By itself, electroporation improved the amount of the gene that was taken into the cells’ nuclei by 260 percent, as measured by the number of cells glowing and the strength of the green glow. But following electroporation with a nanoseconds-long pulse aimed at opening the cells’ nuclei increased gene uptake by a whopping 900 percent—potentially enough to improve the efficiency and safety of gene therapies or DNA vaccinations.

The list of effects that scientists have achieved using nanoseconds-long pulses is growing rapidly, though their actual use as a medical treatment is still years away. For example, brief pulses cause platelets, cellular fragments in the blood, to begin the complicated cascade of steps needed to form clots. Though the experiments were performed in a test tube rather than on a human being, we hope the effect might one day be used in healing wounds.

In other research, E. Stephen Buescher, a professor of pediatrics at Eastern Virginia Medical School, did a fascinating set of experiments with white blood cells that also might ultimately help heal wounds. In it, he observed the effect of ultrashort pulses on the release of calcium inside cells from internal stores. Calcium acts as a kind of signal transducer in many cells, translating an external signal such as a hormone into some cellular action, such as manufacturing a protein.

In a type of white blood cell whose purpose is to seek out foreign material and digest it, for example, the release of calcium allows the cell to follow an invader’s chemical trail. When Buescher subjected these cells, called leukocytes, to nanoseconds-long, 12-kV/cm electric fields, the cells immediately, but briefly, spilled calcium from their internal stores into their own cytosol. In experiments where the cells were actively crawling over a microscope slide, hot on the simulated trail of an invader, pulsing stopped them in their tracks and then sent them marching off in the direction of the electric field. One day doctors might use such an effect to recruit immune cells to the site of an infection.

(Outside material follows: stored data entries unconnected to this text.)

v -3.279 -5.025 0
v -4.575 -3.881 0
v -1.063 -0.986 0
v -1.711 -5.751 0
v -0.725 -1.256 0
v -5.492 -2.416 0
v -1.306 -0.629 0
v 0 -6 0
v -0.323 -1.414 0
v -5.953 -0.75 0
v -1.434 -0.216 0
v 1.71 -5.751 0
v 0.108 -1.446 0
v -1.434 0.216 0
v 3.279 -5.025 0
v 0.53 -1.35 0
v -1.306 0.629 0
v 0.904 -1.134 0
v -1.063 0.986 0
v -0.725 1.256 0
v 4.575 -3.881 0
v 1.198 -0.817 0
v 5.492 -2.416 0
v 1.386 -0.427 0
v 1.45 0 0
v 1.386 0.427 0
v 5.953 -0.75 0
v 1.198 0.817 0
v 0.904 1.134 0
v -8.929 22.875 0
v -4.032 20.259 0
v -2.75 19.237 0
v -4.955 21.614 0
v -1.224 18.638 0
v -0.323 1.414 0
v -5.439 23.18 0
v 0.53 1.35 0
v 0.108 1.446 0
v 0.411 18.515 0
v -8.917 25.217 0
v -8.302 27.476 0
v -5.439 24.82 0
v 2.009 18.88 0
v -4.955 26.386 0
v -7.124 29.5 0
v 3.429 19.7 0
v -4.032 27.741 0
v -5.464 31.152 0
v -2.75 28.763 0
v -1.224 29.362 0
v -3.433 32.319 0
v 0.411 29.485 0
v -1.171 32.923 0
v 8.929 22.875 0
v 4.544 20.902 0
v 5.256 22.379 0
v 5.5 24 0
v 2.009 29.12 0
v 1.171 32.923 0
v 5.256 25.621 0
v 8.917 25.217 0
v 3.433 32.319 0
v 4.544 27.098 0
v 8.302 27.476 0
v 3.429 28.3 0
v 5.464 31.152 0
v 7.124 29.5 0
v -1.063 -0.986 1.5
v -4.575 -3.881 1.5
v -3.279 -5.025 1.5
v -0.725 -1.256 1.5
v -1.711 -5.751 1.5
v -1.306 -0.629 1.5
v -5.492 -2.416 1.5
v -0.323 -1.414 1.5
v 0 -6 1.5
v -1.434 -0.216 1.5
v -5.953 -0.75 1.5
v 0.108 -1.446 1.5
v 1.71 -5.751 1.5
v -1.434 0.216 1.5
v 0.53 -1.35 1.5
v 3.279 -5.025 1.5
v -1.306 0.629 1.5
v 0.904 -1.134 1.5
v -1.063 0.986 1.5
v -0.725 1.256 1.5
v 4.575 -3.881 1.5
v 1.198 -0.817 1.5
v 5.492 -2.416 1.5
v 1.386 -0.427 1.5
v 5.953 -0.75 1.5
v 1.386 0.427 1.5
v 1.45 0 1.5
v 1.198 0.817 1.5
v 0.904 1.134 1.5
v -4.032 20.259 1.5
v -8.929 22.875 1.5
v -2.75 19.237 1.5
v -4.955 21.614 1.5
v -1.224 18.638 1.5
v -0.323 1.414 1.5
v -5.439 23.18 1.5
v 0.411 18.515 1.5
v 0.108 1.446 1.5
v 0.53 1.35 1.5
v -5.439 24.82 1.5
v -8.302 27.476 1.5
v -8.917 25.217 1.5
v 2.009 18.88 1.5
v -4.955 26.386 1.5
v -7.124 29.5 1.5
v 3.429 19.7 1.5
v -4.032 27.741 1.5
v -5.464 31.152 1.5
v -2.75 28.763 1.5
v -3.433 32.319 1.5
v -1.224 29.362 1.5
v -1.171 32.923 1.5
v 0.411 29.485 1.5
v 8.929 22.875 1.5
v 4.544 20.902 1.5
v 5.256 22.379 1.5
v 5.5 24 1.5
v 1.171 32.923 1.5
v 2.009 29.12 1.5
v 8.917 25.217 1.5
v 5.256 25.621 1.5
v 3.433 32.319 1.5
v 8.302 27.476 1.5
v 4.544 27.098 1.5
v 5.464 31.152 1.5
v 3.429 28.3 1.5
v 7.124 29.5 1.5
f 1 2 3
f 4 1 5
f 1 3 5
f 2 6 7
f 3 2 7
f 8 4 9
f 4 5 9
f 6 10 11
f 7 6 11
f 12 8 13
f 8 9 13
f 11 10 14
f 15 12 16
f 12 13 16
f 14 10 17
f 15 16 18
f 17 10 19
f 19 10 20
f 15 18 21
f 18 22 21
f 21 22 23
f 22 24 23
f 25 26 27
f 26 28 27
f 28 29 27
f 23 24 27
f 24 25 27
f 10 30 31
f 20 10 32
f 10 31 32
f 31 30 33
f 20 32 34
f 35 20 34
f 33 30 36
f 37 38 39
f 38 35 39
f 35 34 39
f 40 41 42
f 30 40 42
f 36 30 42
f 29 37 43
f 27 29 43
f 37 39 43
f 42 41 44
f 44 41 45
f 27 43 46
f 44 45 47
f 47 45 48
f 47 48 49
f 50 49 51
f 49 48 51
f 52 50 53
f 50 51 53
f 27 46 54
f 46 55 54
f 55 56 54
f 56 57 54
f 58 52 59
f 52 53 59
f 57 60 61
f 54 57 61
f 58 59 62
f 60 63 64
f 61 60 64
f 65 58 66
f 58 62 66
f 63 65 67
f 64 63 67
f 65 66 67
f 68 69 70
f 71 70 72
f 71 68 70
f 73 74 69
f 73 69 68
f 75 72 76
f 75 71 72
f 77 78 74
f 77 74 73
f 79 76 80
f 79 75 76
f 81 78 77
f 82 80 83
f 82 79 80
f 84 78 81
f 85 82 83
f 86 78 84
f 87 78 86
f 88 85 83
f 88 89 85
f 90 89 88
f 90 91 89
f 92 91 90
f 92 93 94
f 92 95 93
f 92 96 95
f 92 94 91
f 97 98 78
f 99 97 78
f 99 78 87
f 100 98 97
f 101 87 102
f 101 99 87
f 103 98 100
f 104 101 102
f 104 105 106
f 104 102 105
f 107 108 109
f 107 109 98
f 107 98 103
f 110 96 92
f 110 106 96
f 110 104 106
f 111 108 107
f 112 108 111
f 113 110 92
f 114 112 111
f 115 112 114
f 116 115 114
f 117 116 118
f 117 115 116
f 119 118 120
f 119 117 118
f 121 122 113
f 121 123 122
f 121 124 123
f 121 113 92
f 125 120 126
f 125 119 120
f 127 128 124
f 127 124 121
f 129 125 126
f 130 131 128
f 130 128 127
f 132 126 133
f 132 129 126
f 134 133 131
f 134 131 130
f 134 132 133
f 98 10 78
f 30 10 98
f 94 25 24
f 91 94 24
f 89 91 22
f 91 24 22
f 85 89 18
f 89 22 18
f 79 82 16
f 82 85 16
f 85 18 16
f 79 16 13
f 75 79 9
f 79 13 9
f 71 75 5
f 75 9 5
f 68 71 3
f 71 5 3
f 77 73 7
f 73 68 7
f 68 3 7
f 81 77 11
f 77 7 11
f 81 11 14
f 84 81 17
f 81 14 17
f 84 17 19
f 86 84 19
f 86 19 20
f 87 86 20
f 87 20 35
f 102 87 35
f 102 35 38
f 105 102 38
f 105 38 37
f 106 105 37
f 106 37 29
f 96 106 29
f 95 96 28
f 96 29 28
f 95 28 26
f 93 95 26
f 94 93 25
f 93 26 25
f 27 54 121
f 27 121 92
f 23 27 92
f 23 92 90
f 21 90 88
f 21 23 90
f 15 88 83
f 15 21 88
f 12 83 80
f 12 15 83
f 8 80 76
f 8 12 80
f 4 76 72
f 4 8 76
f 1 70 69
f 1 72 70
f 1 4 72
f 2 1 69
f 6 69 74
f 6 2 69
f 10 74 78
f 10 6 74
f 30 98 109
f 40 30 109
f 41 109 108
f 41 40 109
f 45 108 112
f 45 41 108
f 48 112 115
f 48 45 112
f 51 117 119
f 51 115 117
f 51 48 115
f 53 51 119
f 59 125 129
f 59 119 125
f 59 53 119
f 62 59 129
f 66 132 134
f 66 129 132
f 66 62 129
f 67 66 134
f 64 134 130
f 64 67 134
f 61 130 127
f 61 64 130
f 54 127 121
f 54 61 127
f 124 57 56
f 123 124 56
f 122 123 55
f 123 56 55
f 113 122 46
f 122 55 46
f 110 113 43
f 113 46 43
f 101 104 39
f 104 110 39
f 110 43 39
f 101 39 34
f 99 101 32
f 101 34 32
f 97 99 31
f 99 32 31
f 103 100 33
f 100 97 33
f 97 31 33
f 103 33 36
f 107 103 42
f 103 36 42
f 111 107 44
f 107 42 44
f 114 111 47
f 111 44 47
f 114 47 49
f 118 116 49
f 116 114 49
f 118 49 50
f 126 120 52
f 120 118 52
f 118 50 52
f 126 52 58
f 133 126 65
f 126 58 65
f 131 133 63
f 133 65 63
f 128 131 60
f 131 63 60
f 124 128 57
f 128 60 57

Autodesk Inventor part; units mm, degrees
ref_plane "YZ Plane" through (0, 0, 0) normal (1, 0, 0) x (0, 1, 0)
ref_plane "XZ Plane" through (0, 0, 0) normal (0, 1, 0) x (-1, 0, 0)
ref_plane "XY Plane" through (0, 0, 0) normal (0, 0, 1) x (1, 0, 0)
sketch "Sketch1" plane through (0, 0, 0) normal (0, 0, 1) x (1, 0, 0)
  circle A0 centre (0, 0) radius 1.45
  line L0 (0, 0) -> (-32, 0) construction
  arc A1 (-6, 0) -> (5.9529, -0.75) centre (0, 0) ccw
  circle A2 centre (0, 24) radius 5.5
  arc A3 (8.9294, 22.875) -> (-8.9294, 22.875) centre (0, 24) ccw
  line L1 (8.9294, 22.875) -> (5.9529, -0.75)
  line L2 (-5.9529, -0.75) -> (-8.9294, 22.875)
  dimension "d0" = 2.9
  dimension "d61" = 6
  dimension "d63" = 24
  dimension "d69" = 9
  dimension "d72" = 11
extrude "Extrusion1" add sketch "Sketch1" along normal blind 1.5
properties part number "tipper_link_B_support"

The list of cells and the effects of pulsed power on them goes on and will only get longer as more laboratories begin work in bioelectrics. Scientists at Kumamoto University, in Japan, for example, are studying the subcellular effects of high-power RF pulses. Those at Karlsruhe University, in Germany, are testing nanopulses for killing bacteria. And researchers at the University of Southern California are studying how the pulses cause dying cells to signal other cells to consume them. Whether or not pulsed power becomes a cancer treatment, a gene therapy technology, or an infection fighter, ultrashort electric fields have already proved a powerful research tool. And the mark they ultimately make on medicine may be in allowing scientists unprecedented access to the internal workings of cells.

Still, we hope for more practical—and potentially lucrative—possibilities. While treatments for cancer and genetic diseases would be revolutionary, somewhat more prosaic applications are in the offing. We at Old Dominion University have recently used nanosecond pulsed electric fields to destroy fat cells. Think of it as electric liposuction. Hey, if it helps pay for the research needed to fight dread diseases, we’re all for it.